The use of trees as components of diets is a widespread practice in many tropical countries. In Sri Lanka, for instance, some 200 tree foliages are fed to both large and small ruminants in an ad hoc way when available.
Tree foliages have assumed only slight importance in animal nutrition in developing countries, except where only browse is available. The largely undirected use of tree foliage is perhaps the main reason for the obvious lack of development of trees as feed for ruminants. In some cropping areas, other, more easily obtainable resources preclude their use, whereas the difficulties of managing plantations, harvesting and storage make them difficult to accept by pastoralists. Without education of the small farmer, tree foliages are not likely to be used extensively unless the foliages are produced in the appropriate form and provided as packages to farmers for their animals.

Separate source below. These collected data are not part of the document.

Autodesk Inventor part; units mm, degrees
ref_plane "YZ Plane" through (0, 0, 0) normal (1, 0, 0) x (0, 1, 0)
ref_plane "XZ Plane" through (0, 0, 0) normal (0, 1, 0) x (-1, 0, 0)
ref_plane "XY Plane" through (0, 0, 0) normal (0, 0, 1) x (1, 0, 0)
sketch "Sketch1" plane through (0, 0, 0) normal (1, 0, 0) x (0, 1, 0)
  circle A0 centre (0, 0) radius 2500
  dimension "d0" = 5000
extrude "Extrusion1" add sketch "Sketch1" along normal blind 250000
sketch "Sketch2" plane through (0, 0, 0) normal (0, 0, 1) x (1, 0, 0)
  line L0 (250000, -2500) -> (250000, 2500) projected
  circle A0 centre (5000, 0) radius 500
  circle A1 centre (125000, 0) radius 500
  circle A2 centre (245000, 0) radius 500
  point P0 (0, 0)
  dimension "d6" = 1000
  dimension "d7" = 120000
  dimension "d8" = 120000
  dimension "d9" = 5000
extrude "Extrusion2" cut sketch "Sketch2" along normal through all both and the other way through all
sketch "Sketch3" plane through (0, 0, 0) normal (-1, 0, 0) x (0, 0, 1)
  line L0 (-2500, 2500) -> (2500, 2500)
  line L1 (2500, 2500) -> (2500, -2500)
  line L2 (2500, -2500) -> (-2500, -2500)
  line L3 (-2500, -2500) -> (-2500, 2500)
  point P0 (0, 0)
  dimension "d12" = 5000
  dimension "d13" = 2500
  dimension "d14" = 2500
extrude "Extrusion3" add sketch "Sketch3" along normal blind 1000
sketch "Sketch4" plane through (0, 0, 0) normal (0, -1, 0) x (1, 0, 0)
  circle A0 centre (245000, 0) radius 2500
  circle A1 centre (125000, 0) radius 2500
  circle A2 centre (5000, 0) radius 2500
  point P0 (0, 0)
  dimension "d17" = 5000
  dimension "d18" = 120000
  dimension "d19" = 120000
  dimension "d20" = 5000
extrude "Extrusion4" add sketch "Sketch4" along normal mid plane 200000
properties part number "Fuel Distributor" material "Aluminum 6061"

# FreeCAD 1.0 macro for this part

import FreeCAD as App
import Part
import Sketcher
Q = App.Units.Quantity

doc = App.newDocument("Part")
body = doc.addObject("PartDesign::Body", "Body")

# Sketch on YZ plane
sketch1 = body.newObject("Sketcher::SketchObject", "Sketch")
sketch1.AttachmentSupport = (doc.getObject("YZ_Plane"), [""])
sketch1.MapMode = "FlatFace"
sketch1.addGeometry(Part.Circle(App.Vector(0, 0, 0), App.Vector(0, 0, 1), 2500), False)
sketch1.addConstraint(Sketcher.Constraint("Coincident", 0, 3, -1, 1))
sketch1.addConstraint(Sketcher.Constraint("Diameter", 0, Q("5000 mm")))
pad1 = body.newObject("PartDesign::Pad", "Pad")
pad1.Profile = sketch1
pad1.Length = 250000

# Sketch on XY plane
sketch2 = body.newObject("Sketcher::SketchObject", "Sketch001")
sketch2.AttachmentSupport = (doc.getObject("XY_Plane"), [""])
sketch2.MapMode = "FlatFace"
sketch2.addGeometry(Part.Circle(App.Vector(5000, 0, 0), App.Vector(0, 0, 1), 500), False)
sketch2.addGeometry(Part.Circle(App.Vector(125000, 0, 0), App.Vector(0, 0, 1), 500), False)
sketch2.addGeometry(Part.Circle(App.Vector(245000, 0, 0), App.Vector(0, 0, 1), 500), False)
sketch2.addConstraint(Sketcher.Constraint("Equal", 0, 1))
sketch2.addConstraint(Sketcher.Constraint("Equal", 1, 2))
sketch2.addConstraint(Sketcher.Constraint("PointOnObject", 0, 3, -1))
sketch2.addConstraint(Sketcher.Constraint("PointOnObject", 1, 3, -1))
sketch2.addConstraint(Sketcher.Constraint("PointOnObject", 2, 3, -1))
sketch2.addConstraint(Sketcher.Constraint("Diameter", 0, Q("1000 mm")))
sketch2.addConstraint(Sketcher.Constraint("DistanceX", -1, 1, 0, 3, Q("5000 mm")))
sketch2.addConstraint(Sketcher.Constraint("DistanceX", 0, 3, 1, 3, Q("120000 mm")))
sketch2.addConstraint(Sketcher.Constraint("DistanceX", 1, 3, 2, 3, Q("120000 mm")))
pocket1 = body.newObject("PartDesign::Pocket", "Pocket")
pocket1.Profile = sketch2
pocket1.Type = "ThroughAll"
pocket1.Midplane = True

# Sketch on YZ plane
sketch3 = body.newObject("Sketcher::SketchObject", "Sketch002")
sketch3.AttachmentSupport = (doc.getObject("YZ_Plane"), [""])
sketch3.MapMode = "FlatFace"
sketch3.addGeometry(Part.LineSegment(App.Vector(2500, 2500, 0), App.Vector(2500, -2500, 0)), False)
sketch3.addGeometry(Part.LineSegment(App.Vector(2500, -2500, 0), App.Vector(-2500, -2500, 0)), False)
sketch3.addGeometry(Part.LineSegment(App.Vector(-2500, -2500, 0), App.Vector(-2500, 2500, 0)), False)
sketch3.addGeometry(Part.LineSegment(App.Vector(-2500, 2500, 0), App.Vector(2500, 2500, 0)), False)
sketch3.addConstraint(Sketcher.Constraint("Coincident", 0, 2, 1, 1))
sketch3.addConstraint(Sketcher.Constraint("Coincident", 1, 2, 2, 1))
sketch3.addConstraint(Sketcher.Constraint("Coincident", 2, 2, 3, 1))
sketch3.addConstraint(Sketcher.Constraint("Coincident", 3, 2, 0, 1))
sketch3.addConstraint(Sketcher.Constraint("Vertical", 0))
sketch3.addConstraint(Sketcher.Constraint("Horizontal", 1))
sketch3.addConstraint(Sketcher.Constraint("Vertical", 2))
sketch3.addConstraint(Sketcher.Constraint("Horizontal", 3))
sketch3.addConstraint(Sketcher.Constraint("Symmetric", 0, 2, 2, 2, -1, 1))
sketch3.addConstraint(Sketcher.Constraint("Equal", 3, 0))
sketch3.addConstraint(Sketcher.Constraint("DistanceX", 1, 2, 1, 1, Q("5000 mm")))
pad2 = body.newObject("PartDesign::Pad", "Pad001")
pad2.Profile = sketch3
pad2.Length = 1000
pad2.Reversed = True

# Sketch on XZ plane
sketch4 = body.newObject("Sketcher::SketchObject", "Sketch003")
sketch4.AttachmentSupport = (doc.getObject("XZ_Plane"), [""])
sketch4.MapMode = "FlatFace"
sketch4.addGeometry(Part.Circle(App.Vector(245000, 0, 0), App.Vector(0, 0, 1), 2500), False)
sketch4.addGeometry(Part.Circle(App.Vector(125000, 0, 0), App.Vector(0, 0, 1), 2500), False)
sketch4.addGeometry(Part.Circle(App.Vector(5000, 0, 0), App.Vector(0, 0, 1), 2500), False)
sketch4.addConstraint(Sketcher.Constraint("Equal", 0, 1))
sketch4.addConstraint(Sketcher.Constraint("Equal", 1, 2))
sketch4.addConstraint(Sketcher.Constraint("PointOnObject", 0, 3, -1))
sketch4.addConstraint(Sketcher.Constraint("PointOnObject", 1, 3, -1))
sketch4.addConstraint(Sketcher.Constraint("PointOnObject", 2, 3, -1))
sketch4.addConstraint(Sketcher.Constraint("Diameter", 0, Q("5000 mm")))
sketch4.addConstraint(Sketcher.Constraint("DistanceX", -1, 1, 2, 3, Q("5000 mm")))
sketch4.addConstraint(Sketcher.Constraint("DistanceX", 1, 3, 0, 3, Q("120000 mm")))
sketch4.addConstraint(Sketcher.Constraint("DistanceX", 2, 3, 1, 3, Q("120000 mm")))
pad3 = body.newObject("PartDesign::Pad", "Pad002")
pad3.Profile = sketch4
pad3.Length = 200000
pad3.Midplane = True

doc.recompute()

A case in question is the use of Prosopis pods in Brazil. Use of these in animal production has been only stimulated by the development of strategies to organize collection, marketing and processing of the pods. Trees will assume a much greater significance in the future because of the associated environmental advantages of planting trees. There should be a greater use of tree foliages as supplements to ruminants, particularly as the demand for animal products increases in the developing countries. Research and extension is needed to ensure their rational use, particularly as supplements to crop residues, which will be the major resource in the future for ruminants in developing countries.